Personal Finance

An Essential Guide to Understanding Bridging Finance

Bridging Finance refers to a short-term loan borrowed either by an individual or a company and arranged within a short span of time. The loan is secured against either commercial or residential property. Such loans are usually borrowed for arranging funds quickly or to bridge a gap between buying new property and selling an existing one.

Understanding Bridging Finance

Bridging finance companies can lend funds for a term of 1 day to 12 months to 3 years. Generally, bridging finance companies avoid bureaucratic processes of traditional banks. Decisions about loan approval are quick, sometimes within a span of few hours and funds are usually released within 72 hours.

Who is likely to consider bridging finance?

Bridging finance is meant for businesses as well as individuals who want to arrange quick and large funds for their funding and are willing to pay high interest rates. Professional landlords, property developers, investors in real estate and individuals caught between buying and selling property can consider bridging finance.

Why do people consider bridging finance a good option?

Bridging finance loans can help you to raise finance quickly. These loans can help in refurbishing a property or finish a real estate development project. In some instances, bridging finance can be used for completing auction deals, raise a deposit for purchasing residential or commercial property.

At times, an established bank or reputed finance company may not be willing to fund the purchase of a particular property for some reasons. This is where bridging finance companies step in.

Bridging finance can also be used when an individual wants to buy a property while he initiates a sale for his own property. If the sale is delayed, bridging finance helps to fill the gap.

What are the other expenses involved in getting bridging finance?

To begin with, these loans are expensive as the interest rate is higher than that of regular property loans. Different lenders charge different rates of interest. So, you need to study the market and choose the best lender.

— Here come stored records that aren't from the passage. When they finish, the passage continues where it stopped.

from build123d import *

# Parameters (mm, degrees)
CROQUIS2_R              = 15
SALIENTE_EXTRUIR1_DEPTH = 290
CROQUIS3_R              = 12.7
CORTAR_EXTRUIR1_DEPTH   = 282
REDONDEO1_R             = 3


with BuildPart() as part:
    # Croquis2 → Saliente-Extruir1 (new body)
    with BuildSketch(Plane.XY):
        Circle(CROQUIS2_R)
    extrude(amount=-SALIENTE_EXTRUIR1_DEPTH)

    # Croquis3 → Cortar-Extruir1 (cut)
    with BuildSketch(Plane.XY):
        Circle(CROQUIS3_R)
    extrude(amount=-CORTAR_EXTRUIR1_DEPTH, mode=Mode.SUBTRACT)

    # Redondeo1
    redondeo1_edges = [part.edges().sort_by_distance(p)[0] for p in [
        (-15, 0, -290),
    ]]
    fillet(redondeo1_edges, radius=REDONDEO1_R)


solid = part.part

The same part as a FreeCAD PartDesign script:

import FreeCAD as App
import Part
import Sketcher


def edges_at(feature, points):
    """Names of the edges that pass closest to the given points."""
    edges = feature.Shape.Edges
    near = lambda p: min(range(len(edges)), key=lambda i: edges[i].distToShape(Part.Vertex(*p))[0])
    return sorted({f"Edge{near(p) + 1}" for p in points})

doc = App.newDocument("Part")
params = doc.addObject("Spreadsheet::Sheet", "Params")
for row, (alias, value) in enumerate([
    ("sketch1_diameter", "30 mm"),
    ("pad1_length", "290 mm"),
    ("sketch2_diameter", "25.4 mm"),
    ("pocket1_length", "282 mm"),
    ("fillet_radius", "3 mm"),
], start=1):
    params.set(f"A{row}", alias)
    params.set(f"B{row}", "=" + value)
    params.setAlias(f"B{row}", alias)

body = doc.addObject("PartDesign::Body", "Body")

# Sketch on XY plane
sketch1 = body.newObject("Sketcher::SketchObject", "Sketch")
sketch1.AttachmentSupport = (doc.getObject("XY_Plane"), [""])
sketch1.MapMode = "FlatFace"
sketch1.addGeometry(Part.Circle(App.Vector(0, 0, 0), App.Vector(0, 0, 1), 15), False)
sketch1.addConstraint(Sketcher.Constraint("Coincident", 0, 3, -1, 1))
sketch1.addConstraint(Sketcher.Constraint("Diameter", 0, 30.0))
sketch1.setExpression("Constraints[1]", "Params.sketch1_diameter")
pad1 = body.newObject("PartDesign::Pad", "Pad")
pad1.Profile = sketch1
pad1.setExpression("Length", "Params.pad1_length")
pad1.Reversed = True

# Sketch on XY plane
sketch2 = body.newObject("Sketcher::SketchObject", "Sketch001")
sketch2.AttachmentSupport = (doc.getObject("XY_Plane"), [""])
sketch2.MapMode = "FlatFace"
sketch2.addGeometry(Part.Circle(App.Vector(0, 0, 0), App.Vector(0, 0, 1), 13), False)
sketch2.addConstraint(Sketcher.Constraint("Coincident", 0, 3, -1, 1))
sketch2.addConstraint(Sketcher.Constraint("Diameter", 0, 25.4))
sketch2.setExpression("Constraints[1]", "Params.sketch2_diameter")
pocket1 = body.newObject("PartDesign::Pocket", "Pocket")
pocket1.Profile = sketch2
pocket1.setExpression("Length", "Params.pocket1_length")
doc.recompute()

fillet = body.newObject("PartDesign::Fillet", "Fillet")
fillet.Base = (pocket1, edges_at(pocket1, [(-15, 0, -290)]))
fillet.setExpression("Radius", "Params.fillet_radius")

doc.recompute()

A lender’s arrangement fee is charged for providing the loan and is usually two per cent of the loan amount sanctioned.

An exit fee could be levied by the lender when the loan is repaid. Usually, one month’s interest is charged.

Surveyor’s fee is charged by the firm that surveys the property.

You also need to take care of legal fees for any legal procedures that your mortgage or property may require.

What is the risk involved?

The high interest rate is the first thing you must keep in mind. Secondly, there remains the possibility of losing the property if the loan is not repaid is applicable to bridging finance loans just like in the case of a mortgage.

What criteria do the lenders check?

The borrower’s credit profile, the value of the mortgaged property, the exit strategy and loan repayment capacity are thoroughly checked by the lending company. Although lending companies do not adopt the lengthy and bureaucratic banking processes, they ensure the borrower is eligible before approving the bridging loan.